Questo libro ce l'ho in deposito da moltissimi anni, penso una ventina, e una sua citazione è stata una tra le prime che inserii nel mio sito anche se poi la persi quando da sito web statico lo feci dinamico. Più di una volta mi decisi ad affrontarlo ma spesso abbandonai, la scrittura da subito mi sembrò prolissa, con troppe citazioni e richiami da altri scrittori quasi a livello bibliografico, uno stile che non mi piace molti perché preferisco che un libro comunichi qualcosa, più che mi faccia sapere che qualcuno ha comunicato qualcosa. Si capirà già da queste prime righe che non mi è piaciuto molto, tenendo conto che da anni lo giro su e giù è forse una tra le più grandi delusioni letterarie che ho patito.
Il tono così pomposamente noioso e l'abbondanza di citazioni che si ripetono più volte a pagina, pure in un formato tascabile come questo, mi fanno venire rabbia, letteralmente. Inoltre c'è da dire che Sebald insiste molto sulla mancanza di una ricerca, rappresentazione, spiegazione, delineazione - sinceramente, sappiate che non ho ben chiaro cosa voglia Sebald -, in realtà spesso e volentieri la sua retorica curata al limite del pomposo riconduce ad una critica ai bombardamenti inglesi, e alla Gran Bretagna in genere. Tutto raggiunge il parossismo quando dice che Albione avrebbe potuto semplicemente bombardare le fabbriche di armi, e tira a suo testimone nientemeno che Speer (o era Hoss?): ora, punto 1 i bombardamenti sulle fabbriche ci sono stati, li narra persino il grande Ernst Junger nel suo Irradiazioni (sempre Junger sia lodato) ma, ovviamente, non è che i Nazisti mettevano una grande "X" sopra le fabbriche, spesso e volentieri erano linee di produzione riorganizzate da fabbriche che nulla c'entravano prima; punto 2, citarmi Speer (o era Hoss?) è veramente ingenuo, per non dire "presa per il culo"; punto 3, amico mio, era una guerra e una guerra contro i nazisti! Capisci un po' contro chi?  Punto 4, era veramente la popolazione "civile" tedesca così innocente?

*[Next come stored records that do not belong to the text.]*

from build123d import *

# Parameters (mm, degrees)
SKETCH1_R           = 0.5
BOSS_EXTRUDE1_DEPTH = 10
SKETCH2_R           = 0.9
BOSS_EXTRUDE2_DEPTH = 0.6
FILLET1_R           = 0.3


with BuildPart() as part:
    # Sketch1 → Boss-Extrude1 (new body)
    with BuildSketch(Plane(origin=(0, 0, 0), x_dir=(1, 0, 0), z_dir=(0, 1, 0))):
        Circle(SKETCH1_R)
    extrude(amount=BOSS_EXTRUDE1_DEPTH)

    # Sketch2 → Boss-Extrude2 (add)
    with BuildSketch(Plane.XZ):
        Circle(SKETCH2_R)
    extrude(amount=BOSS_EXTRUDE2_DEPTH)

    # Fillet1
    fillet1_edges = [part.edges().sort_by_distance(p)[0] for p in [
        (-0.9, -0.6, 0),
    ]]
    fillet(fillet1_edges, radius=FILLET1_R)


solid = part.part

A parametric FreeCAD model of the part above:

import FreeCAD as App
import Part
import Sketcher
from FreeCAD import Vector


def edges_at(feature, points):
    """Names of the edges that pass closest to the given points."""
    edges = feature.Shape.Edges
    near = lambda p: min(range(len(edges)), key=lambda i: edges[i].distToShape(Part.Vertex(*p))[0])
    return sorted({f"Edge{near(p) + 1}" for p in points})

doc = App.newDocument("Part")
params = doc.addObject("Spreadsheet::Sheet", "Params")
for row, (alias, value) in enumerate([
    ("sketch1_diameter", "1 mm"),
    ("pad1_length", "10 mm"),
    ("sketch2_diameter", "1.8 mm"),
    ("pad2_length", "0.6 mm"),
    ("fillet_radius", "0.3 mm"),
], start=1):
    params.set(f"A{row}", alias)
    params.set(f"B{row}", "=" + value)
    params.setAlias(f"B{row}", alias)

body = doc.addObject("PartDesign::Body", "Body")

sketch1 = doc.addObject("Sketcher::SketchObject", "Sketch")
body.addObject(sketch1)
sketch1.AttachmentSupport = (doc.XZ_Plane, [""])
sketch1.MapMode = "FlatFace"
sketch1.addGeometry(Part.Circle(Vector(0, 0, 0), Vector(0, 0, 1), 0.5), False)
sketch1.addConstraint([
    Sketcher.Constraint("Coincident", 0, 3, -1, 1),
    Sketcher.Constraint("Diameter", 0, 1.0),
])
sketch1.setExpression("Constraints[1]", "Params.sketch1_diameter")
pad1 = doc.addObject("PartDesign::Pad", "Pad")
body.addObject(pad1)
pad1.Profile = sketch1
pad1.setExpression("Length", "Params.pad1_length")
pad1.Reversed = True

sketch2 = doc.addObject("Sketcher::SketchObject", "Sketch001")
body.addObject(sketch2)
sketch2.AttachmentSupport = (doc.XZ_Plane, [""])
sketch2.MapMode = "FlatFace"
sketch2.addGeometry(Part.Circle(Vector(0, 0, 0), Vector(0, 0, 1), 0.9), False)
sketch2.addConstraint([
    Sketcher.Constraint("Coincident", 0, 3, -1, 1),
    Sketcher.Constraint("Diameter", 0, 1.8),
])
sketch2.setExpression("Constraints[1]", "Params.sketch2_diameter")
pad2 = doc.addObject("PartDesign::Pad", "Pad001")
body.addObject(pad2)
pad2.Profile = sketch2
pad2.setExpression("Length", "Params.pad2_length")
doc.recompute()

fillet = doc.addObject("PartDesign::Fillet", "Fillet")
body.addObject(fillet)
fillet.Base = (pad2, edges_at(pad2, [(-0.9, -0.6, 0)]))
fillet.setExpression("Radius", "Params.fillet_radius")

doc.recompute()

A quest'ultima domanda non voglio dare risposta, difficile che ci sia, il confine semantico di "innocenza" è labile, ma è importante che comunque la domanda sia fatta. E' uno scandalo che gli scrittori che lui cita di continuo abbiamo delineato male, a volte troppo blandamente, a volte tanto crudelmente da essere artificiali, a volte troppo romanzando le vicende? Non so, sono romanzi, e pure i giornalisti cadono nella retorica della narrazione, ma di certo questo libro non può essere la risposta poiché veramente, nella sua pomposa crucca retorica, oscilla in un perenne pendolo tra il pomposo e l'infastidente.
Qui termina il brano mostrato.